Our vision encompasses the entire area of customer engagement
and monetization of deep customer relationship. The most important
asset that any telco has is the continuing relationship with its
subscribers and the data that is generated as a result of this
relationship. Pelatro's solutions help the telcos to ensure
continuous and deep engagement with customers to ensure a high
level of satisfaction leading to higher revenue and lower churn.
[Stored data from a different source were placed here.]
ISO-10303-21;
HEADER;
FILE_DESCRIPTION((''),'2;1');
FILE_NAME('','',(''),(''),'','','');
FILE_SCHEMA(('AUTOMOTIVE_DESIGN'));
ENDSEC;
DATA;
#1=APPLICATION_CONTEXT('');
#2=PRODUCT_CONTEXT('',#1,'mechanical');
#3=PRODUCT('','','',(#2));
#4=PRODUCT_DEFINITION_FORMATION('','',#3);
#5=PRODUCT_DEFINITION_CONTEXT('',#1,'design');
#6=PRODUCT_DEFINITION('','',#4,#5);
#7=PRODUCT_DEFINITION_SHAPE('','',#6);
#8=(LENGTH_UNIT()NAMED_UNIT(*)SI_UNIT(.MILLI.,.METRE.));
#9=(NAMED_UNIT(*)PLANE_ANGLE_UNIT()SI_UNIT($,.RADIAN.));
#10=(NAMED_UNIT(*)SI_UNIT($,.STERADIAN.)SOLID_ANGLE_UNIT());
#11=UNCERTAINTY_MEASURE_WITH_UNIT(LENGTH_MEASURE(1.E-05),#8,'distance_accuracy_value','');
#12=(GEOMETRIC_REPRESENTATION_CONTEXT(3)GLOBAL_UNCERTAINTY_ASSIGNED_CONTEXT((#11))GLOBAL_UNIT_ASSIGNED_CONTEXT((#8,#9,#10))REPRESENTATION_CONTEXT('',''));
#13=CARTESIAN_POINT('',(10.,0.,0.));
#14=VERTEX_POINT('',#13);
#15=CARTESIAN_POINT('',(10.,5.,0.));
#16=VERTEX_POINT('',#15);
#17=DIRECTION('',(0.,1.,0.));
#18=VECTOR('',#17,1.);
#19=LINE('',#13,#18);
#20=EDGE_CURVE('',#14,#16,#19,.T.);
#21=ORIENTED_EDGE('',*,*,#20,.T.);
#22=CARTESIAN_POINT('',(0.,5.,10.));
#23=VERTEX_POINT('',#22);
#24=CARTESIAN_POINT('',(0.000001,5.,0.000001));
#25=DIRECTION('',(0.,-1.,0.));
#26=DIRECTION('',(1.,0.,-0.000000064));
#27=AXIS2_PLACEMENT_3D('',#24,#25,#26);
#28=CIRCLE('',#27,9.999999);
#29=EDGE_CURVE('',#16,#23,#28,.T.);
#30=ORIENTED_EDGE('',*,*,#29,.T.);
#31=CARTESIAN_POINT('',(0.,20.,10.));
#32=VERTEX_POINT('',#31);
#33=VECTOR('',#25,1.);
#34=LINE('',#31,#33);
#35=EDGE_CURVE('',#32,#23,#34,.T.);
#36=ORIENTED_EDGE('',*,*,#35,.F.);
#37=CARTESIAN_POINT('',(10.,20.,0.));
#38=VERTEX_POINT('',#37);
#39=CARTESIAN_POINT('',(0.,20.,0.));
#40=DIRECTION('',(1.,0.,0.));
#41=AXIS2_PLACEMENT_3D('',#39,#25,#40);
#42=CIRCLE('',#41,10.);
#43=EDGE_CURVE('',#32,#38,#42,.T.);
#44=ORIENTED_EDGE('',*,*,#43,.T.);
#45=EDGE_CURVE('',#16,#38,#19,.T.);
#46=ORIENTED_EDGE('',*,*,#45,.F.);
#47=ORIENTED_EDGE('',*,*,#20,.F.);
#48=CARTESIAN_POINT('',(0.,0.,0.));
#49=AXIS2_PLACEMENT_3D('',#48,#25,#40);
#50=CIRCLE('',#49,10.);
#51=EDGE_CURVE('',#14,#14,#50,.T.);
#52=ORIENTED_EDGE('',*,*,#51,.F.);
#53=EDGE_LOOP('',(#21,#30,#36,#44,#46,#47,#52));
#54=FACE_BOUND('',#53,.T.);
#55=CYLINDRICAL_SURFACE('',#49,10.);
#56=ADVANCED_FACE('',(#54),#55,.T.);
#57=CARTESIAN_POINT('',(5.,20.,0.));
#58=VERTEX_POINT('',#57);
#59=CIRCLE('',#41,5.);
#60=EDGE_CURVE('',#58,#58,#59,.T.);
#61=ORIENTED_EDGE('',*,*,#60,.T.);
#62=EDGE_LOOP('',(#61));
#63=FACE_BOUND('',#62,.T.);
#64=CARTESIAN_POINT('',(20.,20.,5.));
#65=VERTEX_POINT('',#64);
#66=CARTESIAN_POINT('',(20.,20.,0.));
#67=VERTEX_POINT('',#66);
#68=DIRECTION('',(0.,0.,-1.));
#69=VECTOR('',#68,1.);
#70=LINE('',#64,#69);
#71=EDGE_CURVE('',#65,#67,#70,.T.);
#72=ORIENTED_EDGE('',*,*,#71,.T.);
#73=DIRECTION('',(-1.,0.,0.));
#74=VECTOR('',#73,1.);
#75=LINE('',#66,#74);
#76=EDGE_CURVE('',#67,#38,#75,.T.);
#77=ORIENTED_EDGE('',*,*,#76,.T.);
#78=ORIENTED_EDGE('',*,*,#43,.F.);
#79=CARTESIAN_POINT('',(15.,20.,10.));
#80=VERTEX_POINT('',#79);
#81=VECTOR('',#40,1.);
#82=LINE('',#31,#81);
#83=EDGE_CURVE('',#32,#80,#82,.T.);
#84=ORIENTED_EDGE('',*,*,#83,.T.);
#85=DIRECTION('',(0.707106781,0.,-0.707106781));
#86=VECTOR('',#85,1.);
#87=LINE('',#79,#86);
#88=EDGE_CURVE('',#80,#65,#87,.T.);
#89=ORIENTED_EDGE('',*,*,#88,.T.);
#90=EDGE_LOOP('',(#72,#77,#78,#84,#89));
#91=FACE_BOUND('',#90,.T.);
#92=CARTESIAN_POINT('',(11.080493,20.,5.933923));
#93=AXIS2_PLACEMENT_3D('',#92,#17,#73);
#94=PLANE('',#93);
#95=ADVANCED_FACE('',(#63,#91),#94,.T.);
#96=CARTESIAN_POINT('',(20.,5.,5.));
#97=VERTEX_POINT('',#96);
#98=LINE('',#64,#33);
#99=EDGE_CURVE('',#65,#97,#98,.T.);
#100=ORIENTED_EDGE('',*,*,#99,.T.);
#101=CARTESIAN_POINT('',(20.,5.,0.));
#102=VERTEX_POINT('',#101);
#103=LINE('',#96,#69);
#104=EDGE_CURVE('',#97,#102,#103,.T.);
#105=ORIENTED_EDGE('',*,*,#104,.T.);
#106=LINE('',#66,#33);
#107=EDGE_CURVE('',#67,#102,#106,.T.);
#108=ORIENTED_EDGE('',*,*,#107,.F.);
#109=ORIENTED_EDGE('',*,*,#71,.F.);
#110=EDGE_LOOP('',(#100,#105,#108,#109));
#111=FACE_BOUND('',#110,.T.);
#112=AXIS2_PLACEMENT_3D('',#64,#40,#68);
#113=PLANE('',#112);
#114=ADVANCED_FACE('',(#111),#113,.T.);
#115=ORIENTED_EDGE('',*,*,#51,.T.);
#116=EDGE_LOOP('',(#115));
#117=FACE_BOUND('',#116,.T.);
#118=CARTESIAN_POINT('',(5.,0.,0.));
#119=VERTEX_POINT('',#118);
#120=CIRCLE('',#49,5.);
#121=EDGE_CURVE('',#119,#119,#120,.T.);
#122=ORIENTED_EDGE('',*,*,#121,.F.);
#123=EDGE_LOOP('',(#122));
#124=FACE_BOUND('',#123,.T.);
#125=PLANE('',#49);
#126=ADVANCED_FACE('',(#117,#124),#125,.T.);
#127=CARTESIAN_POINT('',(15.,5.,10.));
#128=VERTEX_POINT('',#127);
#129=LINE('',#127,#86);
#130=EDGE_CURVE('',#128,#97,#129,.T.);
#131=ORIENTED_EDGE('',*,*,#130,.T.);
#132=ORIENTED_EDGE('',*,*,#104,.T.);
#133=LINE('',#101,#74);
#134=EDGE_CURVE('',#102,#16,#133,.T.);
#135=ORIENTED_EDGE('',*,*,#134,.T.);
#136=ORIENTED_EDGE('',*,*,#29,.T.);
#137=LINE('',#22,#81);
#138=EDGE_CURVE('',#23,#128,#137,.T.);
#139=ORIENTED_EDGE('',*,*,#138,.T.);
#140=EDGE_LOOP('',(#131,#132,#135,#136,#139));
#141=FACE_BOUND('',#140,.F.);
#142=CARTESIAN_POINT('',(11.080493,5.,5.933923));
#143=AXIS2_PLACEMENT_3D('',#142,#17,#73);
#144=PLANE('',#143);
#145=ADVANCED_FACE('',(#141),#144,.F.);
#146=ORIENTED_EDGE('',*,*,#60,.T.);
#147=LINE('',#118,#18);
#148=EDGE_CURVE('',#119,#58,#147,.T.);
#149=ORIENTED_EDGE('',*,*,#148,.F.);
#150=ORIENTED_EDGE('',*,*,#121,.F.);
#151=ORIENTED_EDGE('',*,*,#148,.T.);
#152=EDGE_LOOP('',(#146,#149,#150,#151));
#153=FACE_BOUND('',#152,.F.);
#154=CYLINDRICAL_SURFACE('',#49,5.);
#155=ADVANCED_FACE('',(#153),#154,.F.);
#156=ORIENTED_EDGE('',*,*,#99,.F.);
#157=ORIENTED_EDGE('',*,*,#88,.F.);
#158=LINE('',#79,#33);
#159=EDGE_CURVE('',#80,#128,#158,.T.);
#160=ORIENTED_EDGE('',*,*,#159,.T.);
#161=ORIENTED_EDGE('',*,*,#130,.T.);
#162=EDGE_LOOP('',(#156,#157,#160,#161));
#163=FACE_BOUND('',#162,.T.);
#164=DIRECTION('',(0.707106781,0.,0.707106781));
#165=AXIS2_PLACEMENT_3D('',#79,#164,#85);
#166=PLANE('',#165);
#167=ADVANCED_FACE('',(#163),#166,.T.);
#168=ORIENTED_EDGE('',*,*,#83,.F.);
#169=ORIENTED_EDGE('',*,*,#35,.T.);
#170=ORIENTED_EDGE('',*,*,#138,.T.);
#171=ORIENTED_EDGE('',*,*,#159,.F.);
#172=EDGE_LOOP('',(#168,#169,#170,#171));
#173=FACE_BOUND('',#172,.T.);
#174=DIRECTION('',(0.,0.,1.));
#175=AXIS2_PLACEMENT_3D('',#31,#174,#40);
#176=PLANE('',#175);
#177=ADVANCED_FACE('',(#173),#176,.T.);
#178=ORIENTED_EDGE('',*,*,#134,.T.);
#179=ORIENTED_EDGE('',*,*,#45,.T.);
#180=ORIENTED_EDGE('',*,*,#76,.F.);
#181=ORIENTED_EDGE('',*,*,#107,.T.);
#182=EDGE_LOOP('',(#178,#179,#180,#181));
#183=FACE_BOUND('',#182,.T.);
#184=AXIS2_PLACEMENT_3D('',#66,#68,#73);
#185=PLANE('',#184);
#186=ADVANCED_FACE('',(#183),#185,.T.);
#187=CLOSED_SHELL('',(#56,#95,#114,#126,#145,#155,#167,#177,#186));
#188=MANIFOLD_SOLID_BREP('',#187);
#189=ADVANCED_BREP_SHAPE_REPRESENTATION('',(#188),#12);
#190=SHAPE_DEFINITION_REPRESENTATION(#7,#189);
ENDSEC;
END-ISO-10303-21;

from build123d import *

# Parameters (mm, degrees)
F0_R     = 10
F0_R_2   = 5
F1_DEPTH = 20
F3_DEPTH = 15


with BuildPart() as f1:
    # F0 (on Front) → F1 (new body)
    with BuildSketch(Plane.XZ):
        Circle(F0_R)
        Circle(F0_R_2, mode=Mode.SUBTRACT)
    extrude(amount=-F1_DEPTH)

    # F2 (on face) → F3 (join)
    with BuildSketch(Plane(origin=(0, 20, 0), x_dir=(-1, 0, 0), z_dir=(0, 1, 0))):
        with BuildLine():
            Line((-15, 10), (-20, 5))
            Line((-20, 5), (-20, 0))
            Line((-20, 0), (-10, 0))
            ThreePointArc((-10, 0), (-7.071068, 7.071068), (0, 10))
            Line((0, 10), (-15, 10))
        make_face()
    extrude(amount=-F3_DEPTH)


solid = f1.part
This multichannel and multifaceted engagement generates a
significant amount of data related to consumption behaviour of
these subscribers covering a wide gamut of areas like voice, data,
broadband, music, video, messaging, browsing etc. This data is
collected by the platform from Pelatro and is then analysed to come
up with actionable insights. Thus, the solutions from Pelatro hold
a wealth of data and insights that are valuable for various B2C
business entities like banks, insurance companies, retail, brands
etc. Our visions is to build an ecosystem of all these players who
will benefit from this vast understanding of hundreds of millions
of subscribers. The telcos can monetize this by providing access to
the B2C business entities mentioned earlier, who will gain by being
able to engage with the subscribers of the telco in a contextual,
relevant and real time manner. This engagement will be in the form
of campaigning and mobile advertisement. This means that, with the
help of Pelatro, the telcos can earn a material share of the
burgeoning mobile advertisement market.
Pelatro's products now cover about 370 million subscribers,
including a penetration level of about 70% of the population of
four countries. Consequently, Pelatro's platform facilitates
partnership with B2C companies in those countries and Pelatro's
telco customers based on the ability of these telcos to provide
mobile advertising and campaigning to 70% of the population in
these countries to their B2C partners. Thus, Pelatro is building an
ecosystem of its telco customers and a variety of B2C players in
each country. As this gets built and achieves a critical mass in a
large number of countries in the foreseeable future, Pelatro will
become an indispensable partner to the telcos leading to Pelatro's
revenue growing at a fast pace on the back of increasing revenue
for the telcos and sharing of that revenue with Pelatro. In short,
Pelatro envisions an ecosystem that generates significant revenue
for the telcos through mobile advertising and campaigning and
sharing of the same by Pelatro.
I thank every one of our stakeholders for the supprt extended
during the last year while the company was building a strong
foundation. Let us work towards enhanced growth by leveraging the
foundation that we have built.
Subash Menon
Managing Director, CEO and Co-Founder
26 March 2019
Financial Review
Introduction
Our full year results highlight the rapid growth the Group has
experienced in 2018, and reflect a broader product offering of both
software and services. Revenue increased by 95 per cent. to $6.1m,
including some $3.1m repeat revenue (including gain share, change
requests and managed services, as well as PCS). Repeat revenues
such as this are a key strategic focus and they have grown strongly
because of both the continuing emphasis on growing sales of service
contracts (including PCS) and the acquisition of the Danateq Assets
during the year which brought significant levels of repeat revenue.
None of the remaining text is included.